水戸黄門時空漫遊記(弐)独裁者を暗殺せよ

平野中(正式には九州府立平野国臣記念中学校という長い名前だ)に転校して一か月が経った。当初バラバラだったクラスの連中も徐々に環境に慣れ、新しい友人関係を構築している。

はしゃぐ級友たちを横目に、僕だけは群れることをよしとせず、孤独を貫いている。と言えば聞こえが良いが、要するにコミュ障なのだ。話しかけられても面白いレスポンスができないので、無愛想な男だと思われている、気がする。

唯一、気持ちが安らぐのが、部活動の時間である。まだ初心者だが、僕は剣道部員として毎夕練習に参加している。

剣道は良い。少なくとも無駄口を叩く必要がない。今日も武道場には床を蹴り、竹刀を弾き、獣のような掛け声が響いている。基礎練習に続いて上級生に向き合い、がむしゃらに打ち込み、叩きのめされる。ひたすらそれを繰り返す。汗が目に入って視界が滲んでも、怯むことは許されない。無心に剣を振る。

「ムネキヨくん、歴史VR、いよいよ明日だね。何か予習した?」

一通り練習が終わり、防具の面を外して汗を拭っていると、社会科で同じ班になったマイが話しかけてきた。彼女も剣道部だ。

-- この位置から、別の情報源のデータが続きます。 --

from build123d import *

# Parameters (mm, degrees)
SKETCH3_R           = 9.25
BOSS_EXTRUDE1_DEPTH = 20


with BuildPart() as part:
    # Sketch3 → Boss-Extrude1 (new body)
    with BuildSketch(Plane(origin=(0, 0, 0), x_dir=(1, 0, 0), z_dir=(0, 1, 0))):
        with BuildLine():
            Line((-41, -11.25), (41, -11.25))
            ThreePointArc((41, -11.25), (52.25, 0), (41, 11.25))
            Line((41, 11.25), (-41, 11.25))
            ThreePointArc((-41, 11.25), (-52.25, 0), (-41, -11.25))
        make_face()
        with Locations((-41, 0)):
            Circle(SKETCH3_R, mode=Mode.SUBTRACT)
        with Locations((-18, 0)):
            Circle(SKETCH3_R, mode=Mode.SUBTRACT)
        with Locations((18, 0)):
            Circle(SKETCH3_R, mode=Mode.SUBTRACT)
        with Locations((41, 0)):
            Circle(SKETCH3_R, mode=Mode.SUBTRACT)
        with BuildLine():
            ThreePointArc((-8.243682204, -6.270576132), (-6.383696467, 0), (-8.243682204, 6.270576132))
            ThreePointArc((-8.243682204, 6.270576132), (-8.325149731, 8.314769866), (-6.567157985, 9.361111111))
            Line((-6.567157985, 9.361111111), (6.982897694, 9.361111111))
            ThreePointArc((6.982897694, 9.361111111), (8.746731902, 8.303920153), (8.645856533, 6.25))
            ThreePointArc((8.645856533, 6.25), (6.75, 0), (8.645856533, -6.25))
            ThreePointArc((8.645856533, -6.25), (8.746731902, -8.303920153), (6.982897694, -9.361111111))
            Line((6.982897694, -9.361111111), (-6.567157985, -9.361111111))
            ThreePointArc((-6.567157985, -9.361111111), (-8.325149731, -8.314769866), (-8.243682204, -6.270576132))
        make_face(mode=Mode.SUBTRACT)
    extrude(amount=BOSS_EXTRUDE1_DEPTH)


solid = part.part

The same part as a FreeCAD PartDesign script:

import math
import FreeCAD as App
import Part
import Sketcher

doc = App.newDocument("Part")
params = doc.addObject("Spreadsheet::Sheet", "Params")
for row, (alias, value) in enumerate([
    ("sketch1_radius", "2 mm"),
    ("sketch1_diameter", "18.5 mm"),
    ("sketch1_radius2", "11.5 mm"),
    ("sketch1_width", "82 mm"),
    ("sketch1_radius3", "11.25 mm"),
    ("pad1_length", "20 mm"),
], start=1):
    params.set(f"A{row}", alias)
    params.set(f"B{row}", "=" + value)
    params.setAlias(f"B{row}", alias)

body = doc.addObject("PartDesign::Body", "Body")

sketch1 = body.newObject("Sketcher::SketchObject", "Sketch")
sketch1.AttachmentSupport = (doc.getObject("XZ_Plane"), [""])
sketch1.MapMode = "FlatFace"
sketch1.addGeometry([
    Part.LineSegment(App.Vector(-41, 11.2, 0), App.Vector(41, 11.2, 0)),
    Part.ArcOfCircle(Part.Circle(App.Vector(41, 0, 0), App.Vector(0, 0, 1), 11.2), math.radians(-90), math.radians(90)),
    Part.LineSegment(App.Vector(41, -11.2, 0), App.Vector(-41, -11.2, 0)),
    Part.ArcOfCircle(Part.Circle(App.Vector(-41, 0, 0), App.Vector(0, 0, 1), 11.2), math.radians(90), math.radians(270)),
    Part.Circle(App.Vector(-41, 0, 0), App.Vector(0, 0, 1), 9.2),
    Part.Circle(App.Vector(-18, 0, 0), App.Vector(0, 0, 1), 9.2),
    Part.ArcOfCircle(Part.Circle(App.Vector(-6.6, 7.4, 0), App.Vector(0, 0, 1), 2), math.radians(90), math.radians(213)),
    Part.ArcOfCircle(Part.Circle(App.Vector(-17.9, 0, 0), App.Vector(0, 0, 1), 11.5), math.radians(-33), math.radians(33)),
    Part.ArcOfCircle(Part.Circle(App.Vector(-6.6, -7.4, 0), App.Vector(0, 0, 1), 2), math.radians(147), math.radians(270)),
    Part.LineSegment(App.Vector(-6.6, -9.4, 0), App.Vector(7, -9.4, 0)),
    Part.ArcOfCircle(Part.Circle(App.Vector(7, -7.4, 0), App.Vector(0, 0, 1), 2), math.radians(-90), math.radians(34)),
    Part.ArcOfCircle(Part.Circle(App.Vector(18, 0, 0), App.Vector(0, 0, 1), 11.2), math.radians(146), math.radians(214)),
    Part.ArcOfCircle(Part.Circle(App.Vector(7, 7.4, 0), App.Vector(0, 0, 1), 2), math.radians(-34), math.radians(90)),
    Part.LineSegment(App.Vector(7, 9.4, 0), App.Vector(-6.6, 9.4, 0)),
    Part.Circle(App.Vector(18, 0, 0), App.Vector(0, 0, 1), 9.2),
    Part.Circle(App.Vector(41, 0, 0), App.Vector(0, 0, 1), 9.2),
], False)
sketch1.addConstraint([
    Sketcher.Constraint("Tangent", 0, 2, 1, 2),
    Sketcher.Constraint("Tangent", 1, 1, 2, 1),
    Sketcher.Constraint("Tangent", 2, 2, 3, 2),
    Sketcher.Constraint("Tangent", 3, 1, 0, 1),
    Sketcher.Constraint("Tangent", 6, 2, 7, 2),
    Sketcher.Constraint("Tangent", 7, 1, 8, 1),
    Sketcher.Constraint("Tangent", 8, 2, 9, 1),
    Sketcher.Constraint("Tangent", 9, 2, 10, 1),
    Sketcher.Constraint("Tangent", 10, 2, 11, 2),
    Sketcher.Constraint("Tangent", 11, 1, 12, 1),
    Sketcher.Constraint("Tangent", 12, 2, 13, 1),
    Sketcher.Constraint("Tangent", 13, 2, 6, 1),
    Sketcher.Constraint("Horizontal", 0),
    Sketcher.Constraint("Horizontal", 2),
    Sketcher.Constraint("Horizontal", 9),
    Sketcher.Constraint("Horizontal", 13),
    Sketcher.Constraint("Coincident", 4, 3, 3, 3),
    Sketcher.Constraint("Coincident", 14, 3, 11, 3),
    Sketcher.Constraint("Coincident", 15, 3, 1, 3),
    Sketcher.Constraint("Equal", 4, 5),
    Sketcher.Constraint("Equal", 6, 8),
    Sketcher.Constraint("Equal", 8, 10),
    Sketcher.Constraint("Equal", 3, 11),
    Sketcher.Constraint("Equal", 10, 12),
    Sketcher.Constraint("Equal", 5, 14),
    Sketcher.Constraint("Equal", 14, 15),
    Sketcher.Constraint("Symmetric", 1, 3, 3, 3, -1, 1),
    Sketcher.Constraint("Symmetric", 5, 3, 11, 3, -1, 1),
    Sketcher.Constraint("Symmetric", 6, 3, 8, 3, -1),
    Sketcher.Constraint("PointOnObject", 5, 3, -1),
    Sketcher.Constraint("Radius", 6, 2.0),
    Sketcher.Constraint("Diameter", 4, 18.5),
    Sketcher.Constraint("Radius", 7, 11.5),
    Sketcher.Constraint("DistanceX", 0, 1, 0, 2, 82.0),
    Sketcher.Constraint("Radius", 1, 11.25),
    Sketcher.Constraint("DistanceX", 5, 3, -1, 1, 18.0),
    Sketcher.Constraint("DistanceY", 10, 2, 11, 1, 12.5),
    Sketcher.Constraint("DistanceX", 9, 1, 9, 2, 13.550056),
])
sketch1.setExpression("Constraints[30]", "Params.sketch1_radius")
sketch1.setExpression("Constraints[31]", "Params.sketch1_diameter")
sketch1.setExpression("Constraints[32]", "Params.sketch1_radius2")
sketch1.setExpression("Constraints[33]", "Params.sketch1_width")
sketch1.setExpression("Constraints[34]", "Params.sketch1_radius3")
pad1 = body.newObject("PartDesign::Pad", "Pad")
pad1.Profile = sketch1
pad1.setExpression("Length", "Params.pad1_length")
pad1.Reversed = True

doc.recompute()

「ああ、そうだっけ。でも、どこの時代に行くかも聞いてないしなあ」

褐色の肌で目鼻立ちのくっきりしたマイが道着を纏い防具を着けていると、外国人がコスプレしているような奇妙や印象を受ける。彼女の顔をぼんやりと眺めながら、彼女にはテニスとか、ラクロスのような競技の方が似合うんじゃないかと考えていた。

「そういえばそうだね。て言うか、わたし歴史苦手なんだよね。ムネキヨくんは?」

「僕はわりと好きだよ。小学校の時も伝記とか歴史漫画は読んでたかな」

「そうなんだ! じゃあ明日のことは任せた!」

「え、何を任せるの?」

「他のクラスの子に聞いたんだけど、独裁者を暗殺しないといけないらしいよ」

あまりに顔と不釣り合いな単語に、僕はいっとき思考停止に陥った。

   *

「なーんだ。歴史VRって言うからサムライのコスプレとかできると思ったのに、令和2年なんてつい最近じゃん」

同じ班になったヨースケが思わず不満を漏らす。

「呵呵呵呵。ヨースケよ。この中学生向け歴史シミュレーター水戸黄門時空漫遊記ベータ版はのう、近現代から徐々に古代へ向けて遡る趣向になっておるのじゃ。そう文句を言うでないぞ」

いちいちプログラムの正式名称をフルで言うあたり、いかにも人格AIである。ヨースケと水戸黄門のやりとりを眺めながらも、僕は昨日のマイの言葉が気になっていた。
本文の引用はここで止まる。